I considered the sleeping pills in my hand, considered my father’s question to me: What’s your game plan? What was I going to do with myself? The question raced through my mind as I shook the bottle—more than half full. More than a month’s worth of sleep, if taken in the proper dosage. Or, if taken all together, quite a different experience. I had hoped I could be squeezed into a slot, after all. I had tried . . .
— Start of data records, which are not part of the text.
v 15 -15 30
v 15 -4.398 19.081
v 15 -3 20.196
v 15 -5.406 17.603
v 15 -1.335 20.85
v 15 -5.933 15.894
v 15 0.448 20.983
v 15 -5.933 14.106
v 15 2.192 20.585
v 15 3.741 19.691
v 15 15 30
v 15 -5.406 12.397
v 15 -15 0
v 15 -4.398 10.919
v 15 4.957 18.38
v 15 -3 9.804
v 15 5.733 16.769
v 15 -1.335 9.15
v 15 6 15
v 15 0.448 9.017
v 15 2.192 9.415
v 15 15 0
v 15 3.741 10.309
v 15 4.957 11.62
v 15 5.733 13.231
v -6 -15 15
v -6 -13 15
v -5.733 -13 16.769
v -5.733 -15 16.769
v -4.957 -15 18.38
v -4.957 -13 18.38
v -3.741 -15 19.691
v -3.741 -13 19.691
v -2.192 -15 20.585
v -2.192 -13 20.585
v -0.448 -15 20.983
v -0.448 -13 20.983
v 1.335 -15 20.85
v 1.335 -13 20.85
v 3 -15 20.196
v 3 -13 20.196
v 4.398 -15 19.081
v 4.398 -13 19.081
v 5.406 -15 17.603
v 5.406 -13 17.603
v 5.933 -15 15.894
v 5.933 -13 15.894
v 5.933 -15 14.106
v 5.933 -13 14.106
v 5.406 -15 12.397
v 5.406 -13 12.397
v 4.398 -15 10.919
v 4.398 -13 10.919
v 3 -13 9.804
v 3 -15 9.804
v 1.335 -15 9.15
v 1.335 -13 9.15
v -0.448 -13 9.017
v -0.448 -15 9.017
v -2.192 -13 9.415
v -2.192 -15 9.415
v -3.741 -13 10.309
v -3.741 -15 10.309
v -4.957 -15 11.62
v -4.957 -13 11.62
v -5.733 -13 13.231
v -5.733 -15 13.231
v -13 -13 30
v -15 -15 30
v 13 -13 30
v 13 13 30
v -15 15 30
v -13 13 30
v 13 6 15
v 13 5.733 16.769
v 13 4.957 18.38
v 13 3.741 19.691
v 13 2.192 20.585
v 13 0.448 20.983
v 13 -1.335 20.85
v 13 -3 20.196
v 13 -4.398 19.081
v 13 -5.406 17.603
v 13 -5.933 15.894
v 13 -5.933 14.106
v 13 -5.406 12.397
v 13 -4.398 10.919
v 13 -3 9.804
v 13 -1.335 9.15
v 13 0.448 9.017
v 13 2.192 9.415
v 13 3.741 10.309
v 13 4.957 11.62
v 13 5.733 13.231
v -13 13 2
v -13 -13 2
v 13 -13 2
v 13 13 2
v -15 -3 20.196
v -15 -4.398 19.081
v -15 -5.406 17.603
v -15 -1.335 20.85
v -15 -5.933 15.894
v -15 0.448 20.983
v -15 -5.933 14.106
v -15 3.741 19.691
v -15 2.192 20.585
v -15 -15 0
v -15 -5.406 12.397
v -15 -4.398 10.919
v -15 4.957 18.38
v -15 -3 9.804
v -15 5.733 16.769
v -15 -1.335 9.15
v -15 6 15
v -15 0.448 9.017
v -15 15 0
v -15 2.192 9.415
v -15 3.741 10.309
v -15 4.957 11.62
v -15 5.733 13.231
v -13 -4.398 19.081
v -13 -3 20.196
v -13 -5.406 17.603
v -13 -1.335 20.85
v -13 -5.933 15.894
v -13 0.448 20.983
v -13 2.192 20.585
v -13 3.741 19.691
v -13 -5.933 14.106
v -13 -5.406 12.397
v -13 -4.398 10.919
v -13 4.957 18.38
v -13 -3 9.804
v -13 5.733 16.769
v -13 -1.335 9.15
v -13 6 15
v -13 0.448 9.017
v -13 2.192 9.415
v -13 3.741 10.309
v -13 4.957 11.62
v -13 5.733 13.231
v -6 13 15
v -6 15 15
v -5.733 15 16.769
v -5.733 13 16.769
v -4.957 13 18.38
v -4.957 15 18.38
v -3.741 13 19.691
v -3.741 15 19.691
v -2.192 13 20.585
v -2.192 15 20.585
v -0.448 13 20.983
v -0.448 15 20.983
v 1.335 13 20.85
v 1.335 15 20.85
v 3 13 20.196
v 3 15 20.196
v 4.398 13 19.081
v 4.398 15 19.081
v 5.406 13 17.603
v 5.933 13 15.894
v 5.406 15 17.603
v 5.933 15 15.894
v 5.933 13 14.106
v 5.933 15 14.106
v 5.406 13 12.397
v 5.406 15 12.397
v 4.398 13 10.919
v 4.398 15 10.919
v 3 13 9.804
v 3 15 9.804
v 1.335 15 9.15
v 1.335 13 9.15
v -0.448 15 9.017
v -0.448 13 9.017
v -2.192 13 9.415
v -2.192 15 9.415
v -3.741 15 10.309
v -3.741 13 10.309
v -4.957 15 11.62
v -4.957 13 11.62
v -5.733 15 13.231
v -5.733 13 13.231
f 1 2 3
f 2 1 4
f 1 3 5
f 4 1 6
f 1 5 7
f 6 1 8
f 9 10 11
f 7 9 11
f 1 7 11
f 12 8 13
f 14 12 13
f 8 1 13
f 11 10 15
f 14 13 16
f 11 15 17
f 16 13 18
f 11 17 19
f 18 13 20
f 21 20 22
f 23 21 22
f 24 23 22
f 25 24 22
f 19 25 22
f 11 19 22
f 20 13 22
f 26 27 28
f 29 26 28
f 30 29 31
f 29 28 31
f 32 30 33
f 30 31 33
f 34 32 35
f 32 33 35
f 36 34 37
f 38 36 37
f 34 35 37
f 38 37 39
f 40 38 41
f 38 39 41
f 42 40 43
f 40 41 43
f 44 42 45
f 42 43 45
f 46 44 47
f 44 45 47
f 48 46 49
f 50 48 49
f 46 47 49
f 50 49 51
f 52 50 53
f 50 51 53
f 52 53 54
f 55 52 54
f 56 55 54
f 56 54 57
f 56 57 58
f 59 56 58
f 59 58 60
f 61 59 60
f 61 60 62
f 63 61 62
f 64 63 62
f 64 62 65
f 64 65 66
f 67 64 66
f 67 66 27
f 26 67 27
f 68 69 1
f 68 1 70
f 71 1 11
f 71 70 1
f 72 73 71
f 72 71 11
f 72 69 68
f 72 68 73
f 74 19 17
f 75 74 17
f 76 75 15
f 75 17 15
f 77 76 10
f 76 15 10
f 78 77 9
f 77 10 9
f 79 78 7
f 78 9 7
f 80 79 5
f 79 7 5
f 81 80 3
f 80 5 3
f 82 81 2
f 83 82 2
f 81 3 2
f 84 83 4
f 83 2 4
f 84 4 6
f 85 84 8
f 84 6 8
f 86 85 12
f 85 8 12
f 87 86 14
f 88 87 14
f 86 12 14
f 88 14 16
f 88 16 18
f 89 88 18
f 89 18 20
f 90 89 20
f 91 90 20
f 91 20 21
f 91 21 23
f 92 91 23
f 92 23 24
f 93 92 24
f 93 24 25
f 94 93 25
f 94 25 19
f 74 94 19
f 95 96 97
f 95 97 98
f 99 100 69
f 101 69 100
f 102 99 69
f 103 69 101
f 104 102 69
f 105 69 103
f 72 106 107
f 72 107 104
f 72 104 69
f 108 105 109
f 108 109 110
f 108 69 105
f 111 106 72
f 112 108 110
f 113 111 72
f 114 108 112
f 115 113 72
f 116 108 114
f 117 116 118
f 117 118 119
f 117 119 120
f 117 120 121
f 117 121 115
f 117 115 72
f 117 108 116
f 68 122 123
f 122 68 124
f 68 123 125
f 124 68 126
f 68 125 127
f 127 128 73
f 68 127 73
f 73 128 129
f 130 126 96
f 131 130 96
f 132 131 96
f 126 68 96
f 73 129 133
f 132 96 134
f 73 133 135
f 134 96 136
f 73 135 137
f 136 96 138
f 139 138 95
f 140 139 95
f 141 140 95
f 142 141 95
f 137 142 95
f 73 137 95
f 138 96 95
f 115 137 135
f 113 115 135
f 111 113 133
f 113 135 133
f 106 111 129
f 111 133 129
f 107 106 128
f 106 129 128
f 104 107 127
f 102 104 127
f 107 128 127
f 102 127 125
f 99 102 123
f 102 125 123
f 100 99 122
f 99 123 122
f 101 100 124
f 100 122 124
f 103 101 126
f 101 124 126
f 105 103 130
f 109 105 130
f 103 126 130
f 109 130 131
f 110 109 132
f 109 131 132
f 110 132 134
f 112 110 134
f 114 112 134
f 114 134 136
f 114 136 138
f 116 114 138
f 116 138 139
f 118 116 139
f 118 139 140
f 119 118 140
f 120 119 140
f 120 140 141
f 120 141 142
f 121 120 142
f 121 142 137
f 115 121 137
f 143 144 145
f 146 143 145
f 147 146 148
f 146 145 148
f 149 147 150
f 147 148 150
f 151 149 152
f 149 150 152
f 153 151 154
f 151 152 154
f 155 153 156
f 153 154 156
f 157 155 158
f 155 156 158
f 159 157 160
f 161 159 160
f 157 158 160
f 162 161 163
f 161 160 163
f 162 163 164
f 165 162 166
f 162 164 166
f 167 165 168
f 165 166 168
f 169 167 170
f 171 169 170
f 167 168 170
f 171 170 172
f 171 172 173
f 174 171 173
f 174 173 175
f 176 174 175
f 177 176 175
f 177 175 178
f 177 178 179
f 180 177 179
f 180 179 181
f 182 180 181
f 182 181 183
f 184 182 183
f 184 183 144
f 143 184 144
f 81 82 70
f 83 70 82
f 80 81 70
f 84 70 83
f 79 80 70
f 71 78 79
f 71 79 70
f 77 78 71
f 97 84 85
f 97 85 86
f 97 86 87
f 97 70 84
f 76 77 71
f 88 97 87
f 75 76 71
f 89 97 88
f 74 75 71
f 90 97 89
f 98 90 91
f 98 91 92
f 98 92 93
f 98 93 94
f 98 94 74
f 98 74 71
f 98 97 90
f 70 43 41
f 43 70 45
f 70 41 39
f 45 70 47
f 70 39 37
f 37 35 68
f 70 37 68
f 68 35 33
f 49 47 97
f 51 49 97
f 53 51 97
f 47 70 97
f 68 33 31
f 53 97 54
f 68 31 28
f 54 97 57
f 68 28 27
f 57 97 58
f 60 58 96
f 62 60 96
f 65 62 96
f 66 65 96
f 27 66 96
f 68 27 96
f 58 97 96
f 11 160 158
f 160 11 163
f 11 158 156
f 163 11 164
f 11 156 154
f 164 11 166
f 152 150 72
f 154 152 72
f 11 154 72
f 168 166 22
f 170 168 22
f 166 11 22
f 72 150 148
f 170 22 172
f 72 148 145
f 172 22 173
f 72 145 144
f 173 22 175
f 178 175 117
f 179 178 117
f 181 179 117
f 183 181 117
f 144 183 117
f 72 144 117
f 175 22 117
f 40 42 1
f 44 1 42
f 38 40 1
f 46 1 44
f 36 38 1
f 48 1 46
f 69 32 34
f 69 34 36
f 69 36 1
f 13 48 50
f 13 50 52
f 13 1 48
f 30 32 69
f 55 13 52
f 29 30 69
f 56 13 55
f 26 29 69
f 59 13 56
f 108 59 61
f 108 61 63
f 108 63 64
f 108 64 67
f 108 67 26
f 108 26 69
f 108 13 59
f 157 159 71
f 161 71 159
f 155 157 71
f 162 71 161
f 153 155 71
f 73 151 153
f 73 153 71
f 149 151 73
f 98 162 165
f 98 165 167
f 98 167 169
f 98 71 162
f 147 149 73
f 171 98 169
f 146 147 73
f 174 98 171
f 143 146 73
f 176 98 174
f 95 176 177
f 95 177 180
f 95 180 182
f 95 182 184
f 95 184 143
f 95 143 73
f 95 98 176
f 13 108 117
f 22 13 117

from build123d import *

# Parameters (mm, degrees)
SKETCH1_W           = 30
SKETCH1_H           = 30
BOSS_EXTRUDE1_DEPTH = 30
SHELL1_T            = -2
SKETCH2_R           = 6
CUT_EXTRUDE1_DEPTH  = 40
SKETCH3_R           = 6
CUT_EXTRUDE2_DEPTH  = 40


with BuildPart() as part:
    # Sketch1 → Boss-Extrude1 (new body)
    with BuildSketch(Plane(origin=(0, 0, 0), x_dir=(0, 1, 0), z_dir=(0, 0, 1))):
        Rectangle(SKETCH1_W, SKETCH1_H)
    extrude(amount=BOSS_EXTRUDE1_DEPTH)

    # Shell1
    shell1_openings = [part.faces().sort_by_distance(p)[0] for p in [
        (0, 0, 30),
    ]]
    offset(amount=SHELL1_T, openings=shell1_openings, kind=Kind.INTERSECTION)

    # Sketch2 → Cut-Extrude1 (cut)
    with BuildSketch(Plane(origin=(0, 15, 0), x_dir=(-1, 0, 0), z_dir=(0, 1, 0))):
        with Locations((0, 15)):
            Circle(SKETCH2_R)
    extrude(amount=-CUT_EXTRUDE1_DEPTH, mode=Mode.SUBTRACT)

    # Sketch3 → Cut-Extrude2 (cut)
    with BuildSketch(Plane.YZ.offset(15)):
        with Locations((0, 15)):
            Circle(SKETCH3_R)
    extrude(amount=-CUT_EXTRUDE2_DEPTH, mode=Mode.SUBTRACT)


solid = part.part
But as I lay down on Emerson’s bed, these morbid thoughts shrank back, as they had done under the coaxing of Li’s gentle hands. They were run off the road by a more insistent demand: Before I could consider any course of action for myself, I realized that I had a more immediate duty to Emerson to fulfill. His wish had been for me to release myself from my cloistered cell, but I did not possess a plot for that story. And if I did not have a plot of my own, I would carry on with his. Hadn’t I been shadowing him for years already? Taking him into myself, bit by bit? Wasn’t that what he had proposed on the night he disappeared? I intuited my first instructions then, knowing what to do as clearly as if Emerson were whispering into my ear.
21
SINCE I AM WRITING this account as Emerson’s archivist and my job exists in the service of him, I won’t dwell on my itinerary during that time except to say that, before October ended, I gave up the lease on my apartment in Chelsea and emptied it out—an achievement that was possible only because it appealed to my sense of order. Not knowing what to do with Emerson’s possessions gave me an unprecedented ability to part with my own. Like a prospector with a pan, I sifted through box after box of objects and papers. Stuffing my life with straw possessions was only a theory of existence, I now understood. It did not pan out in practice. So I reduced and cleared until I’d filled eighteen body-bag-sized trash liners with souvenirs and shredded paper, and then I stored what was left in the middle of Emerson’s loft along with my tax files. I got my hair cut, another remnant of my old self that was easy to part with, because I knew it would simplify things, and I made arrangements for a management company to watch over Emerson’s uninhabited loft while I embarked on something like the year abroad that I had not been able to afford on my college loans. Emerson had collected photographs of houses all over Europe, and they made convenient route markers. It was better than throwing darts at a map. Without a formal plan, I managed to see most of the homes in his photography collection. It was just as one of the women I met in Copenhagen, Anne-Mette, said later: I was never going to find a life for myself in those slabs of concrete. But visiting them kept me busy for nearly two years, until another Chinese box fell open and led me straight back to the Beacon.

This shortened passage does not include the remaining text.